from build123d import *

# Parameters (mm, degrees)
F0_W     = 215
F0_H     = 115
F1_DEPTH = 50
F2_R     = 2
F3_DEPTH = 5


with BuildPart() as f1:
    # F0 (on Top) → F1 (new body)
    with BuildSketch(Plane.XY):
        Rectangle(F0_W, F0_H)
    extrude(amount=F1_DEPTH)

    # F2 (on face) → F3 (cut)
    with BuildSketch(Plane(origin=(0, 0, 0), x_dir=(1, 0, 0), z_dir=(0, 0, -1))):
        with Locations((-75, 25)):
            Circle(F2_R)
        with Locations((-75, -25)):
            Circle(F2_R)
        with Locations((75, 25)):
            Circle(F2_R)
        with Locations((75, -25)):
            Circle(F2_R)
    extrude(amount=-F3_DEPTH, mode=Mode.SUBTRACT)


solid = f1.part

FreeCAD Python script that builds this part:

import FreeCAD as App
import Part
import Sketcher

V = App.Vector


def add_polygon(sketch, points):
    """Adds a closed chain of lines whose ends are joined by coincident constraints."""
    first, n = sketch.GeometryCount, len(points)
    for a, b in zip(points, points[1:] + points[:1]):
        sketch.addGeometry(Part.LineSegment(App.Vector(*a, 0), App.Vector(*b, 0)), False)
    for i in range(n):
        sketch.addConstraint(Sketcher.Constraint("Coincident", first + i, 2, first + (i + 1) % n, 1))

doc = App.newDocument("Part")
body = doc.addObject("PartDesign::Body", "Body")

# Sketch on XY plane
sketch1 = body.newObject("Sketcher::SketchObject", "Sketch")
sketch1.AttachmentSupport = (doc.getObject("XY_Plane"), [""])
sketch1.MapMode = "FlatFace"
add_polygon(sketch1, [(-108, 58), (-108, -58), (108, -58), (108, 58)])  # lines 0-3
sketch1.addConstraint([
    Sketcher.Constraint("Vertical", 0),
    Sketcher.Constraint("Horizontal", 1),
    Sketcher.Constraint("Vertical", 2),
    Sketcher.Constraint("Horizontal", 3),
    Sketcher.Constraint("Symmetric", 0, 2, 2, 2, -1, 1),
    Sketcher.Constraint("DistanceX", 1, 1, 1, 2, 215.0),
    Sketcher.Constraint("DistanceY", 0, 2, 0, 1, 115.0),
])
pad1 = body.newObject("PartDesign::Pad", "Pad")
pad1.Profile = sketch1
pad1.Length = 50

# Sketch on XY plane
sketch2 = body.newObject("Sketcher::SketchObject", "Sketch001")
sketch2.AttachmentSupport = (doc.getObject("XY_Plane"), [""])
sketch2.MapMode = "FlatFace"
sketch2.addGeometry([
    Part.Circle(V(-75, -25, 0), V(0, 0, 1), 2),
    Part.Circle(V(-75, 25, 0), V(0, 0, 1), 2),
    Part.Circle(V(75, -25, 0), V(0, 0, 1), 2),
    Part.Circle(V(75, 25, 0), V(0, 0, 1), 2),
], False)
sketch2.addConstraint([
    Sketcher.Constraint("Equal", 0, 1),
    Sketcher.Constraint("Equal", 1, 2),
    Sketcher.Constraint("Equal", 2, 3),
    Sketcher.Constraint("Symmetric", 1, 3, 2, 3, -1, 1),
    Sketcher.Constraint("Symmetric", 0, 3, 3, 3, -1, 1),
    Sketcher.Constraint("Symmetric", 0, 3, 2, 3, -2),
    Sketcher.Constraint("Diameter", 0, 4.0),
    Sketcher.Constraint("DistanceX", 0, 3, -1, 1, 75.0),
    Sketcher.Constraint("DistanceY", 0, 3, -1, 1, 25.0),
])
pocket1 = body.newObject("PartDesign::Pocket", "Pocket")
pocket1.Profile = sketch2
pocket1.Length = 5
pocket1.Reversed = True

doc.recompute()
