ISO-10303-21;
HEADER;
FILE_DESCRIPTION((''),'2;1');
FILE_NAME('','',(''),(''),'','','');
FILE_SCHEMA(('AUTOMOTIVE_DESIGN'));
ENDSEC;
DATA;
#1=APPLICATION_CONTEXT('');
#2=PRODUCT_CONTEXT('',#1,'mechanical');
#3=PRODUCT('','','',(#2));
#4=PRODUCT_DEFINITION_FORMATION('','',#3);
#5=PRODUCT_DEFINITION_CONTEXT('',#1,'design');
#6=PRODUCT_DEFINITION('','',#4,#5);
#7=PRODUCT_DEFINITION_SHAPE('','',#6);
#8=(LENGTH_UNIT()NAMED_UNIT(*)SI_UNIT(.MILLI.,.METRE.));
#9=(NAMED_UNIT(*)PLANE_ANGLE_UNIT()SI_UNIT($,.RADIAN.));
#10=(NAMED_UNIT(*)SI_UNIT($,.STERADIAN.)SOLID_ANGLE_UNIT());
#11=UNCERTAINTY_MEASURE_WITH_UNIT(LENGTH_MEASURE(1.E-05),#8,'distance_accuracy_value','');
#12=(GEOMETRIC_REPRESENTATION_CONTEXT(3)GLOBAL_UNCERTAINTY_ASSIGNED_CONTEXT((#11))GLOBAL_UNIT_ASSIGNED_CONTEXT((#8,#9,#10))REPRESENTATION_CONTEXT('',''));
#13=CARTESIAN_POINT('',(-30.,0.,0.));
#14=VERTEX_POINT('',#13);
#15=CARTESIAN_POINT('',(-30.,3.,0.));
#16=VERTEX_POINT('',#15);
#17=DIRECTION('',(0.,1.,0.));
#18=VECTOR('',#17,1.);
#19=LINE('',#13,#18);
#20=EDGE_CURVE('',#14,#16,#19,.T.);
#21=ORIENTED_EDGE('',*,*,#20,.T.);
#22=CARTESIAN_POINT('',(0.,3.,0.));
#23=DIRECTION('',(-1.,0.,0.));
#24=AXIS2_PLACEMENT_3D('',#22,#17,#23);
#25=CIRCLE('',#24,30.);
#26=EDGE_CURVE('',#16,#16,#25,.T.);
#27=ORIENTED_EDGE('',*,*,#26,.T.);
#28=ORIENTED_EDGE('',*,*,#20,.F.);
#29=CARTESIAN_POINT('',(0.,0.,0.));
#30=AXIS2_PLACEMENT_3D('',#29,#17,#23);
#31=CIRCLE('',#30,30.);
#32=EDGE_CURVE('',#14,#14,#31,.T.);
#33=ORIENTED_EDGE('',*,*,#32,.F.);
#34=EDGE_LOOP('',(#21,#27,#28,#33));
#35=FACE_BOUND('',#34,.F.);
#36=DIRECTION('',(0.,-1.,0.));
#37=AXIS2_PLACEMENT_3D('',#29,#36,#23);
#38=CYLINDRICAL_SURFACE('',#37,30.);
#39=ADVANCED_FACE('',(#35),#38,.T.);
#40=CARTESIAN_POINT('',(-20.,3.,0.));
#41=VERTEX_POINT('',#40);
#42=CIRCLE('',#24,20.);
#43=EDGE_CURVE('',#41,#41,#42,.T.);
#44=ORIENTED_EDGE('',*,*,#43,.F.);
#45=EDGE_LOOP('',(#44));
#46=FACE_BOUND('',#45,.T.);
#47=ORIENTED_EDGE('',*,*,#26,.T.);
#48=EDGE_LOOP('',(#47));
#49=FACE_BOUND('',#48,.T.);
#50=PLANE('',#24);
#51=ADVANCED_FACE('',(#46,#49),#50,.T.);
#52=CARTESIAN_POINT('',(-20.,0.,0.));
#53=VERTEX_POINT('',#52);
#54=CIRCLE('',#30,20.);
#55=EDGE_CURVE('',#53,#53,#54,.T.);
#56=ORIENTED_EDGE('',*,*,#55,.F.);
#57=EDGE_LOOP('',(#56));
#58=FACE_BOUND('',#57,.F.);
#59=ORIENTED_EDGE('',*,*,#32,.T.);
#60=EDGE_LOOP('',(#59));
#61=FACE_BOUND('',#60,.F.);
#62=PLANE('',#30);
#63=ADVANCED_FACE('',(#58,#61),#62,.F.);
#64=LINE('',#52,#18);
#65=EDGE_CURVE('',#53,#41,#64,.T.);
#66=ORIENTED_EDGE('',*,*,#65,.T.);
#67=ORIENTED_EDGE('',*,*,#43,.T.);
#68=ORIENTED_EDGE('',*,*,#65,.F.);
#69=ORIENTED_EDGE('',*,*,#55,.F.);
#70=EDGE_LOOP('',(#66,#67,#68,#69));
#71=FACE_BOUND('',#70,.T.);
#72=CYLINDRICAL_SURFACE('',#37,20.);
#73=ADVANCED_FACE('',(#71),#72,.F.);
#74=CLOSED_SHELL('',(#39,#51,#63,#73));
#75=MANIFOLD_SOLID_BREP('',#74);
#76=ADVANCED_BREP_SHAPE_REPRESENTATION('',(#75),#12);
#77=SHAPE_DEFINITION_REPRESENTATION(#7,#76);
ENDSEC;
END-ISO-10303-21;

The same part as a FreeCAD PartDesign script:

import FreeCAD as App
import Part
import Sketcher

doc = App.newDocument("Part")
params = doc.addObject("Spreadsheet::Sheet", "Params")
for row, (alias, value) in enumerate([
    ("sketch1_diameter", "60 mm"),
    ("sketch1_diameter2", "40 mm"),
    ("pad1_length", "3 mm"),
], start=1):
    params.set(f"A{row}", alias)
    params.set(f"B{row}", "=" + value)
    params.setAlias(f"B{row}", alias)

body = doc.addObject("PartDesign::Body", "Body")

# Sketch on XZ plane
sketch1 = body.newObject("Sketcher::SketchObject", "Sketch")
sketch1.AttachmentSupport = (doc.getObject("XZ_Plane"), [""])
sketch1.MapMode = "FlatFace"
sketch1.addGeometry([
    Part.Circle(App.Vector(0, 0, 0), App.Vector(0, 0, 1), 30),
    Part.Circle(App.Vector(0, 0, 0), App.Vector(0, 0, 1), 20),
], False)
sketch1.addConstraint([
    Sketcher.Constraint("Coincident", 0, 3, -1, 1),
    Sketcher.Constraint("Coincident", 1, 3, -1, 1),
    Sketcher.Constraint("Diameter", 0, 60.0),
    Sketcher.Constraint("Diameter", 1, 40.0),
])
sketch1.setExpression("Constraints[2]", "Params.sketch1_diameter")
sketch1.setExpression("Constraints[3]", "Params.sketch1_diameter2")
pad1 = body.newObject("PartDesign::Pad", "Pad")
pad1.Profile = sketch1
pad1.setExpression("Length", "Params.pad1_length")
pad1.Reversed = True

doc.recompute()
● ● ●
Keep both end lines and retype everything in the records above from the line containing "#30=AXIS2_PLACEMENT_3D('',#29,#17,#23);" through the line containing "#67=ORIENTED_EDGE('',*,*,#43,.T.);", exactly, with nothing else.

#30=AXIS2_PLACEMENT_3D('',#29,#17,#23);
#31=CIRCLE('',#30,30.);
#32=EDGE_CURVE('',#14,#14,#31,.T.);
#33=ORIENTED_EDGE('',*,*,#32,.F.);
#34=EDGE_LOOP('',(#21,#27,#28,#33));
#35=FACE_BOUND('',#34,.F.);
#36=DIRECTION('',(0.,-1.,0.));
#37=AXIS2_PLACEMENT_3D('',#29,#36,#23);
#38=CYLINDRICAL_SURFACE('',#37,30.);
#39=ADVANCED_FACE('',(#35),#38,.T.);
#40=CARTESIAN_POINT('',(-20.,3.,0.));
#41=VERTEX_POINT('',#40);
#42=CIRCLE('',#24,20.);
#43=EDGE_CURVE('',#41,#41,#42,.T.);
#44=ORIENTED_EDGE('',*,*,#43,.F.);
#45=EDGE_LOOP('',(#44));
#46=FACE_BOUND('',#45,.T.);
#47=ORIENTED_EDGE('',*,*,#26,.T.);
#48=EDGE_LOOP('',(#47));
#49=FACE_BOUND('',#48,.T.);
#50=PLANE('',#24);
#51=ADVANCED_FACE('',(#46,#49),#50,.T.);
#52=CARTESIAN_POINT('',(-20.,0.,0.));
#53=VERTEX_POINT('',#52);
#54=CIRCLE('',#30,20.);
#55=EDGE_CURVE('',#53,#53,#54,.T.);
#56=ORIENTED_EDGE('',*,*,#55,.F.);
#57=EDGE_LOOP('',(#56));
#58=FACE_BOUND('',#57,.F.);
#59=ORIENTED_EDGE('',*,*,#32,.T.);
#60=EDGE_LOOP('',(#59));
#61=FACE_BOUND('',#60,.F.);
#62=PLANE('',#30);
#63=ADVANCED_FACE('',(#58,#61),#62,.F.);
#64=LINE('',#52,#18);
#65=EDGE_CURVE('',#53,#41,#64,.T.);
#66=ORIENTED_EDGE('',*,*,#65,.T.);
#67=ORIENTED_EDGE('',*,*,#43,.T.);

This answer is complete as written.